Your assignment: From the first line of the entries below to the line with "f 656 655 558", give each line again exactly.

[Collected data]
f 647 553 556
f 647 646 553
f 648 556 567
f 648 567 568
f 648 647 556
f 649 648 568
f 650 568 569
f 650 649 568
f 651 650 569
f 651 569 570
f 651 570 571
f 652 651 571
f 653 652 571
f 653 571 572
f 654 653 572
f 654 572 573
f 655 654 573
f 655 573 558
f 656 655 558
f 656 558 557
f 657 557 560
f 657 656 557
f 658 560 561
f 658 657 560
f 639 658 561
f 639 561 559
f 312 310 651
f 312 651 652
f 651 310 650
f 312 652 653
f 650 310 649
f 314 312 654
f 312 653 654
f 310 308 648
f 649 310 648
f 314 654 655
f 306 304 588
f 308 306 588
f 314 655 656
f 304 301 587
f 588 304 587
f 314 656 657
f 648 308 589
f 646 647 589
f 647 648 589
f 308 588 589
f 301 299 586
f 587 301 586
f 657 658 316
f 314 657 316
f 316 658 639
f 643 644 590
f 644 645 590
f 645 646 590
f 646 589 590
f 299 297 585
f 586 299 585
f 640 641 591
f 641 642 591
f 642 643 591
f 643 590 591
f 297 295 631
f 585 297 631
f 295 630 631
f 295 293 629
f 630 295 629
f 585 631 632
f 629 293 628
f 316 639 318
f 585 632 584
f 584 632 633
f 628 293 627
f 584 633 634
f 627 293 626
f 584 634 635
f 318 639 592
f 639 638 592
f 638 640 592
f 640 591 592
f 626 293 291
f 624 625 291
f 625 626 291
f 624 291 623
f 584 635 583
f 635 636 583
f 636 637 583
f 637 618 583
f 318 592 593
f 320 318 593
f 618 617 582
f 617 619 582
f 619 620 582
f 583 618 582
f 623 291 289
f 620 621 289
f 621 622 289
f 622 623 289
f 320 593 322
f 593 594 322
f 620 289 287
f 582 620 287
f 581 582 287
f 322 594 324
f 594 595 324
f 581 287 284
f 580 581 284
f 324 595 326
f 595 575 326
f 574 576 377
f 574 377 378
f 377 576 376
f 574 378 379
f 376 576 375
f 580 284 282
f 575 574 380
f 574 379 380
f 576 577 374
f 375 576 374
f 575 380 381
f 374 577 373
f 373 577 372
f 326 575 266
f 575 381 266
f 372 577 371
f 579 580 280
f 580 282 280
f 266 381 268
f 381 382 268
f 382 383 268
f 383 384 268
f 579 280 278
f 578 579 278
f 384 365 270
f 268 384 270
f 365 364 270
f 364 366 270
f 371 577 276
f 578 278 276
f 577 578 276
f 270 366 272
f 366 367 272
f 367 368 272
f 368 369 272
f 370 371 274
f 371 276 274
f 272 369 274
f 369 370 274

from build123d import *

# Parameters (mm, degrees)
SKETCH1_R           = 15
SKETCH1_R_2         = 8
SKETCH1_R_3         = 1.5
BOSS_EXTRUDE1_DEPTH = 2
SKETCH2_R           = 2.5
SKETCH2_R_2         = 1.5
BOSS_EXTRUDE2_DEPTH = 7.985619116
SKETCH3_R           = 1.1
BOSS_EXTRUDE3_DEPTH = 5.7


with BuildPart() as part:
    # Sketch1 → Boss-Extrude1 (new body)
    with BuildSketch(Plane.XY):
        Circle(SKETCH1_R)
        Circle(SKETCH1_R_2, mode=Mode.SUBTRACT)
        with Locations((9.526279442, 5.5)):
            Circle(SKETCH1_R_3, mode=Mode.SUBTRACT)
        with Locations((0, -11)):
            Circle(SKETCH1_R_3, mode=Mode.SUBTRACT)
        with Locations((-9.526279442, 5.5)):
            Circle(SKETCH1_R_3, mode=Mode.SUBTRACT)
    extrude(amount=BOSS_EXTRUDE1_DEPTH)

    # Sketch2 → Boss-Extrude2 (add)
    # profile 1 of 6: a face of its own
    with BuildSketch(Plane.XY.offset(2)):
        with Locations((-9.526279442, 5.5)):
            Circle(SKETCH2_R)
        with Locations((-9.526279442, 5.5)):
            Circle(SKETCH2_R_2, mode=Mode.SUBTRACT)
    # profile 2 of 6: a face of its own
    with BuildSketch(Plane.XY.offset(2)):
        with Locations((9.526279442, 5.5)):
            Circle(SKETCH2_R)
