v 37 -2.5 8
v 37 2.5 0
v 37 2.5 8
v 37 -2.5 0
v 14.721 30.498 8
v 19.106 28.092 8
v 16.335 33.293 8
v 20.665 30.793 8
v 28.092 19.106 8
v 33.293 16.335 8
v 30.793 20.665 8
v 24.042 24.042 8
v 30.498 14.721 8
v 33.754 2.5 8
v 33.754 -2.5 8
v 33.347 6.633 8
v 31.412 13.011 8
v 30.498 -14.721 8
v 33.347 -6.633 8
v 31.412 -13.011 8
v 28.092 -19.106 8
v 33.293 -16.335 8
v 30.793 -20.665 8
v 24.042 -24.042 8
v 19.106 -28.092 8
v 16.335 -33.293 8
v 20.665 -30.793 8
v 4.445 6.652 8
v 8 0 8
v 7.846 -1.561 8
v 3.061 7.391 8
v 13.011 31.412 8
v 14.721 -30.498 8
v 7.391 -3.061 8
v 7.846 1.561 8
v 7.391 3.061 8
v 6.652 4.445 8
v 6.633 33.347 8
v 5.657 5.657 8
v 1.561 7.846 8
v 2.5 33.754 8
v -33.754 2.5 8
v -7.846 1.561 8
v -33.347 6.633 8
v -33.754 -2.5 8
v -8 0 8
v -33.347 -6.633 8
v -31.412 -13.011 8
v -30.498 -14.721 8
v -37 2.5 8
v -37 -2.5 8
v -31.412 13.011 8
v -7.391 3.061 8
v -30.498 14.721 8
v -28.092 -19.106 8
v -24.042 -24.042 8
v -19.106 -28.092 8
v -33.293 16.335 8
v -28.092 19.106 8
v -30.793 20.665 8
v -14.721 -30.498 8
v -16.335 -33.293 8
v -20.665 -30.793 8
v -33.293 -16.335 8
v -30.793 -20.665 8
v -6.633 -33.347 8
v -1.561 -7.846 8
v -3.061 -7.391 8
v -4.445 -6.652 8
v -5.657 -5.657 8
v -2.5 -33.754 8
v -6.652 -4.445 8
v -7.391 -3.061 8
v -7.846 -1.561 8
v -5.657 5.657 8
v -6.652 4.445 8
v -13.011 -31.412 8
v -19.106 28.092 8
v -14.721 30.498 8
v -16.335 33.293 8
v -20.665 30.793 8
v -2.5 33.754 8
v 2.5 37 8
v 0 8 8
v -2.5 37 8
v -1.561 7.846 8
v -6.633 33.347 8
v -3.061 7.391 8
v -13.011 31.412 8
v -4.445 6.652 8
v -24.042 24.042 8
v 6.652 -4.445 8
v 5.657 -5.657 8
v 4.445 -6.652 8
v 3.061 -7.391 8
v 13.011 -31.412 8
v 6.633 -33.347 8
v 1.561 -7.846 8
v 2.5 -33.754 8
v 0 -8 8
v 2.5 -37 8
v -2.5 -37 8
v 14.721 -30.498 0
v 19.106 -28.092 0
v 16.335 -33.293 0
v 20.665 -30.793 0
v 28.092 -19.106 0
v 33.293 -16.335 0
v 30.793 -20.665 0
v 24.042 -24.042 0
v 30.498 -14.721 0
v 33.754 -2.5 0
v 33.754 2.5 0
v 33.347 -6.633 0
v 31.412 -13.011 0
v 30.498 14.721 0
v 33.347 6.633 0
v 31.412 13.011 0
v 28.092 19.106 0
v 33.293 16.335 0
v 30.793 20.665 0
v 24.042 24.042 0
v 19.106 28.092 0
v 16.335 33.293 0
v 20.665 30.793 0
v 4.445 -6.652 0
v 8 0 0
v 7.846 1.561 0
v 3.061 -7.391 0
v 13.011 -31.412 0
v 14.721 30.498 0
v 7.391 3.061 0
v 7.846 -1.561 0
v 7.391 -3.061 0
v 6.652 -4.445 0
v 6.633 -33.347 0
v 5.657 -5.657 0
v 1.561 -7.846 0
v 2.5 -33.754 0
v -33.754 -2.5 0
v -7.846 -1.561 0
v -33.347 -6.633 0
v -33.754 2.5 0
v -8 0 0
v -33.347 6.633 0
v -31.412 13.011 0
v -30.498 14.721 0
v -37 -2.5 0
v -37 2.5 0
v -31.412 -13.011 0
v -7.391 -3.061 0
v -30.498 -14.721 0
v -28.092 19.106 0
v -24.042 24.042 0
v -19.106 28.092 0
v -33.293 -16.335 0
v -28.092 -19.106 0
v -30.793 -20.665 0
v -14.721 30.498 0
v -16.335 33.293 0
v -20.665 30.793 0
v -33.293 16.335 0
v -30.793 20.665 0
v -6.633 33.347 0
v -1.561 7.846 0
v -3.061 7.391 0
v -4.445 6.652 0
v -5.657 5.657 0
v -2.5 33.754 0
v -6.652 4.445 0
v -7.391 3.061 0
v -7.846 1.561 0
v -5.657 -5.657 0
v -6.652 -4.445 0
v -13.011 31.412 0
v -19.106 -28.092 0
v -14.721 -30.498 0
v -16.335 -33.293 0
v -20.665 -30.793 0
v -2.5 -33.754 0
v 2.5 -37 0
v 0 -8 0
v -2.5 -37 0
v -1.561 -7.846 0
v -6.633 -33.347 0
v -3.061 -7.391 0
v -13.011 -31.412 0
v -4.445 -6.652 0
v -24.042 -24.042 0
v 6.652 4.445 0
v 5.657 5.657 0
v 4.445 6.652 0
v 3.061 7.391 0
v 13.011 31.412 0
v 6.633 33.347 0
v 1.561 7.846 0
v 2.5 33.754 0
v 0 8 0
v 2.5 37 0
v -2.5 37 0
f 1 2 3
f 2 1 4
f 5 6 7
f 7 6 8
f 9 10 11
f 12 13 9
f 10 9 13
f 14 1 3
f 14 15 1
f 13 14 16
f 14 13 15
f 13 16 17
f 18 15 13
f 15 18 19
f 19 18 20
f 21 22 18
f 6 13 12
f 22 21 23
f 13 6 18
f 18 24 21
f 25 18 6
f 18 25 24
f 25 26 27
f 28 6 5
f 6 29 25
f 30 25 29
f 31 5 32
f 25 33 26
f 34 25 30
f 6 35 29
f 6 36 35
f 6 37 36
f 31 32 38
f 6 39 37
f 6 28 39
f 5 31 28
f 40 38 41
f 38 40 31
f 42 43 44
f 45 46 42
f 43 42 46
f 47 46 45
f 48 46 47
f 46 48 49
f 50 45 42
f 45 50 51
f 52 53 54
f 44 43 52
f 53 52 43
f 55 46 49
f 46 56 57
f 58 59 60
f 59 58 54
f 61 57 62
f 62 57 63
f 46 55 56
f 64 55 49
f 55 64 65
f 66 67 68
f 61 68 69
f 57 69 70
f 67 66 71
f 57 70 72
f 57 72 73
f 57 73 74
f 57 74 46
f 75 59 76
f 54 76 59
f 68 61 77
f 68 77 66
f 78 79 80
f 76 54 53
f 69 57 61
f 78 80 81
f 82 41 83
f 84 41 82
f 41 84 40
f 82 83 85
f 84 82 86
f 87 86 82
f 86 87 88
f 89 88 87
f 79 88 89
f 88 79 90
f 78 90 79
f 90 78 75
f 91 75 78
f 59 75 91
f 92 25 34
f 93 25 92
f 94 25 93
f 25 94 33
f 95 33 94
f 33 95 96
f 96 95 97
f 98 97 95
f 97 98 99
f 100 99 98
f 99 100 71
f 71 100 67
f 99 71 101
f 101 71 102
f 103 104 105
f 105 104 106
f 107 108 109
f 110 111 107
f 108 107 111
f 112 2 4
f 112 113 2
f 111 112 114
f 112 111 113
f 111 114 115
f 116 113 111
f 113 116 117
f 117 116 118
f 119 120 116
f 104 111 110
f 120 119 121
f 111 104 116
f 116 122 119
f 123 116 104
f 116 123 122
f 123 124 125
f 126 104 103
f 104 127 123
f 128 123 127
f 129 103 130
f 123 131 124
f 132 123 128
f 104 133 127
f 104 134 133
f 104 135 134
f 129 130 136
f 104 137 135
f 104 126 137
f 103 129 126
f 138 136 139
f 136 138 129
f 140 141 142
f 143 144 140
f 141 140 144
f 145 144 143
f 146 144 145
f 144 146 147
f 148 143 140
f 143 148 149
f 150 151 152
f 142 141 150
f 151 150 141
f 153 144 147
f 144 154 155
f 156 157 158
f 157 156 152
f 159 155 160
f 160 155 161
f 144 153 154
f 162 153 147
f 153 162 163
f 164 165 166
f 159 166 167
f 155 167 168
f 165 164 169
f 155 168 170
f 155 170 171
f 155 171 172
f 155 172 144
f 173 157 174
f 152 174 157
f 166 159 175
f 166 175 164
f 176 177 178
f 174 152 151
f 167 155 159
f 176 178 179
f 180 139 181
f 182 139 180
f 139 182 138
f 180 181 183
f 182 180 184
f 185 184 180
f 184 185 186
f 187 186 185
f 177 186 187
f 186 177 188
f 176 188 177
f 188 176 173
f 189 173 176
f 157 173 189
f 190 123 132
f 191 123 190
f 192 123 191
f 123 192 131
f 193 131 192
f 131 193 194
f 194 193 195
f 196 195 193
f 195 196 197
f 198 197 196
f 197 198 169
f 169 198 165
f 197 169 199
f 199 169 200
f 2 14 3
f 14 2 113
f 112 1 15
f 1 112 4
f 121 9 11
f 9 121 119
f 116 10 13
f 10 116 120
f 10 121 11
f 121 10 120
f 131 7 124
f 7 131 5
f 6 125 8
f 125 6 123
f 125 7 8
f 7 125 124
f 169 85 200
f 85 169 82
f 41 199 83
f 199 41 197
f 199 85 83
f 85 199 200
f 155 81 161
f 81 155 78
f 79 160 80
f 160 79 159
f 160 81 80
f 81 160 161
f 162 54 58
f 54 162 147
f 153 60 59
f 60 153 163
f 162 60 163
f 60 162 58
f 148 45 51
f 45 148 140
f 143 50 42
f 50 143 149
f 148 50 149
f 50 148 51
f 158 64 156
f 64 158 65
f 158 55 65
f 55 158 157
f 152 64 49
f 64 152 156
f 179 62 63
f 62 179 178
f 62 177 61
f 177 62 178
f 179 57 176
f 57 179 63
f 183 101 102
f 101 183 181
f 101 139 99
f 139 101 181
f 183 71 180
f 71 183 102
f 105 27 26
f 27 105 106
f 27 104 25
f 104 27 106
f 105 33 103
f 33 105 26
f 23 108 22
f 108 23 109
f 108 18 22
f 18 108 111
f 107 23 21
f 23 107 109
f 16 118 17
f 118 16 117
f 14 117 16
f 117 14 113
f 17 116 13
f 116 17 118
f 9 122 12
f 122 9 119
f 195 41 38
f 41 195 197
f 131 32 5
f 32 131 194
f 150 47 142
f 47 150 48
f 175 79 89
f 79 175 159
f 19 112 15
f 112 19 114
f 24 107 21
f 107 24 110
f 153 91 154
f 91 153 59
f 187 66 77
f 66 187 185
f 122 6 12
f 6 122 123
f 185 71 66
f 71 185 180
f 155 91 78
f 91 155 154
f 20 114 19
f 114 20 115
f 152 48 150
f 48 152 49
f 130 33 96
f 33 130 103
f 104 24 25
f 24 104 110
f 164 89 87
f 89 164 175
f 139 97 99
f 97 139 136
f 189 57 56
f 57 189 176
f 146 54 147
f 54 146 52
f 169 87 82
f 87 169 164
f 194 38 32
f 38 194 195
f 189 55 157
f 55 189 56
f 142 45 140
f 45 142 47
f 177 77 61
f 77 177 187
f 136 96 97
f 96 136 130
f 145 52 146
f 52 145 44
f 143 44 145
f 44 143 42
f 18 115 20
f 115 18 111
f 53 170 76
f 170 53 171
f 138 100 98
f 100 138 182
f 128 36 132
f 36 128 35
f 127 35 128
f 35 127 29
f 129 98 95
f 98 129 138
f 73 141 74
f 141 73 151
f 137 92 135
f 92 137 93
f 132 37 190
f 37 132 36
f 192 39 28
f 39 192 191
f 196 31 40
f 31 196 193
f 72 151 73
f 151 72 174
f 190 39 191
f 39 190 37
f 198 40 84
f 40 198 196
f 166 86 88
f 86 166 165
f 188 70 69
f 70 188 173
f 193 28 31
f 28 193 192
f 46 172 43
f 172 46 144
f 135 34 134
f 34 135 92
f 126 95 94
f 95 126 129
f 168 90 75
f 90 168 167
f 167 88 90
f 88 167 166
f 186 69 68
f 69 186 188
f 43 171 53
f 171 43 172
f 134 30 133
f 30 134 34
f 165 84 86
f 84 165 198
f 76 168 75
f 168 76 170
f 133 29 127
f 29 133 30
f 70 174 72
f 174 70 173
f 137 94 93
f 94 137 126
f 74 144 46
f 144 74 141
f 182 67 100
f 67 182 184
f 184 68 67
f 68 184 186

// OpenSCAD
$fn = 32;

// ----------------------------------------------------------------------
// Spur blank: bored gear blank
// ----------------------------------------------------------------------

// --- parameters (mm) ---
disc_r = 34;              // blank root radius
disc_t = 8;               // blank thickness
n_teeth = 12;             // stub tooth count
tooth_w = 5;              // tooth width at the root
tooth_h = 3;              // tooth height above the root
bore_r = 8;               // central bore radius

out_r = disc_r + tooth_h;  // tip radius
bbox_x = 74.0;  // measured width over the teeth
bbox_y = 74.0;  // measured depth over the teeth

difference() {
union() {
  cylinder(r = disc_r, h = disc_t);
  for (i = [0 : n_teeth - 1])
    rotate([0, 0, i * 360 / n_teeth])
      translate([disc_r - 1, -tooth_w / 2, 0])
        cube([tooth_h + 1, tooth_w, disc_t]);
}
  translate([0, 0, -1]) cylinder(r = bore_r, h = disc_t + 2);
}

Finished task:
f 647 553 556
f 647 646 553
f 648 556 567
f 648 567 568
f 648 647 556
f 649 648 568
f 650 568 569
f 650 649 568
f 651 650 569
f 651 569 570
f 651 570 571
f 652 651 571
f 653 652 571
f 653 571 572
f 654 653 572
f 654 572 573
f 655 654 573
f 655 573 558
f 656 655 558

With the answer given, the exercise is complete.